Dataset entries

⟨

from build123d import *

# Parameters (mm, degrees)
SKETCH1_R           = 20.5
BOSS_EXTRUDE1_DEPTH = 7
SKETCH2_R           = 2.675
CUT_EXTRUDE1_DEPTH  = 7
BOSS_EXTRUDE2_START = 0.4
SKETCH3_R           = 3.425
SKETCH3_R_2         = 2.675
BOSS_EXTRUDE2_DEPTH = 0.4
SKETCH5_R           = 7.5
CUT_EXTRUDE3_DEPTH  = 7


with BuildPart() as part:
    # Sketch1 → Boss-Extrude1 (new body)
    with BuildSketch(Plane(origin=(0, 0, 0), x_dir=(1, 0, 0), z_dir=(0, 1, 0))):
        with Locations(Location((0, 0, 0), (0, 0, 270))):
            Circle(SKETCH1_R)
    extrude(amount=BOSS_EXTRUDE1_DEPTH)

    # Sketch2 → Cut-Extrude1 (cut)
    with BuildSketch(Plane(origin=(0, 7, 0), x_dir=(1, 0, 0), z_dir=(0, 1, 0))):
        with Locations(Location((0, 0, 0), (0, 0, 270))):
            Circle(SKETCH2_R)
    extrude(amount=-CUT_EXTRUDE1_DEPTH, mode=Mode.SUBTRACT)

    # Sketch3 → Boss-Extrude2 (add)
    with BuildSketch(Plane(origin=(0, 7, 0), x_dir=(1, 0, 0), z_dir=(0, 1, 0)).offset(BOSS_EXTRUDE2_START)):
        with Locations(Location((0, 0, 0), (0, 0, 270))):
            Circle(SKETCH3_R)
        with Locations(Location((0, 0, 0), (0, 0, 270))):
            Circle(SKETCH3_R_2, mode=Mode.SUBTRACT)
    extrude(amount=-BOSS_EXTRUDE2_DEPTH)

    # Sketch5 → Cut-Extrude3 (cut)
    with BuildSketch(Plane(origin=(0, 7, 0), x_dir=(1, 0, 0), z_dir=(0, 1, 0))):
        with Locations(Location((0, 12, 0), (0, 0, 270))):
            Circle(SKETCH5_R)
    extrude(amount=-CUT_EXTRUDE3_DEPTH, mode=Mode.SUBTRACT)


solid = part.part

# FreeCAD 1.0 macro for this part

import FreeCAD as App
import Part
import Sketcher
from FreeCAD import Vector
Q = App.Units.Quantity

doc = App.newDocument("Part")
body = doc.addObject("PartDesign::Body", "Body")

sketch1 = body.newObject("Sketcher::SketchObject", "Sketch")
sketch1.AttachmentSupport = (doc.getObject("XZ_Plane"), [""])
sketch1.MapMode = "FlatFace"
sketch1.addGeometry(Part.Circle(Vector(0, 0, 0), Vector(0, 0, 1), 20.5), False)
sketch1.addConstraint(Sketcher.Constraint("Coincident", 0, 3, -1, 1))
sketch1.addConstraint(Sketcher.Constraint("Diameter", 0, Q("41 mm")))
pad1 = body.newObject("PartDesign::Pad", "Pad")
pad1.Profile = sketch1
pad1.Length = 7
pad1.Reversed = True

sketch2 = body.newObject("Sketcher::SketchObject", "Sketch001")
sketch2.AttachmentSupport = (doc.getObject("XZ_Plane"), [""])
sketch2.MapMode = "FlatFace"
sketch2.AttachmentOffset = App.Placement(Vector(0, 0, -7), App.Rotation())
sketch2.addGeometry(Part.Circle(Vector(0, 0, 0), Vector(0, 0, 1), 2.675), False)
sketch2.addConstraint(Sketcher.Constraint("Coincident", 0, 3, -1, 1))
sketch2.addConstraint(Sketcher.Constraint("Diameter", 0, Q("5.35 mm")))
pocket1 = body.newObject("PartDesign::Pocket", "Pocket")
pocket1.Profile = sketch2
pocket1.Length = 7
pocket1.Reversed = True

sketch3 = body.newObject("Sketcher::SketchObject", "Sketch002")
sketch3.AttachmentSupport = (doc.getObject("XZ_Plane"), [""])
sketch3.MapMode = "FlatFace"
sketch3.AttachmentOffset = App.Placement(Vector(0, 0, -7.4), App.Rotation())
sketch3.addGeometry(Part.Circle(Vector(0, 0, 0), Vector(0, 0, 1), 3.425), False)
sketch3.addGeometry(Part.Circle(Vector(0, 0, 0), Vector(0, 0, 1), 2.675), False)
sketch3.addConstraint(Sketcher.Constraint("Coincident", 0, 3, -1, 1))
sketch3.addConstraint(Sketcher.Constraint("Coincident", 1, 3, -1, 1))
sketch3.addConstraint(Sketcher.Constraint("Diameter", 0, Q("6.85 mm")))
sketch3.addConstraint(Sketcher.Constraint("Diameter", 1, Q("5.35 mm")))
pad2 = body.newObject("PartDesign::Pad", "Pad001")
pad2.Profile = sketch3
pad2.Length = 0.4

sketch4 = body.newObject("Sketcher::SketchObject", "Sketch003")
sketch4.AttachmentSupport = (doc.getObject("XZ_Plane"), [""])
sketch4.MapMode = "FlatFace"
sketch4.AttachmentOffset = App.Placement(Vector(0, 0, -7), App.Rotation())
sketch4.addGeometry(Part.Circle(Vector(0, -12, 0), Vector(0, 0, 1), 7.5), False)
sketch4.addConstraint(Sketcher.Constraint("PointOnObject", 0, 3, -2))
sketch4.addConstraint(Sketcher.Constraint("Diameter", 0, Q("15 mm")))
sketch4.addConstraint(Sketcher.Constraint("DistanceY", 0, 3, -1, 1, Q("12 mm")))
pocket2 = body.newObject("PartDesign::Pocket", "Pocket001")
pocket2.Profile = sketch4
pocket2.Length = 7
pocket2.Reversed = True

doc.recompute()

⟩

THE TASK
What is the number of lines in the records that contain the word "SUBTRACT"? Answer with the number and nothing else.

WORKED SOLUTION
3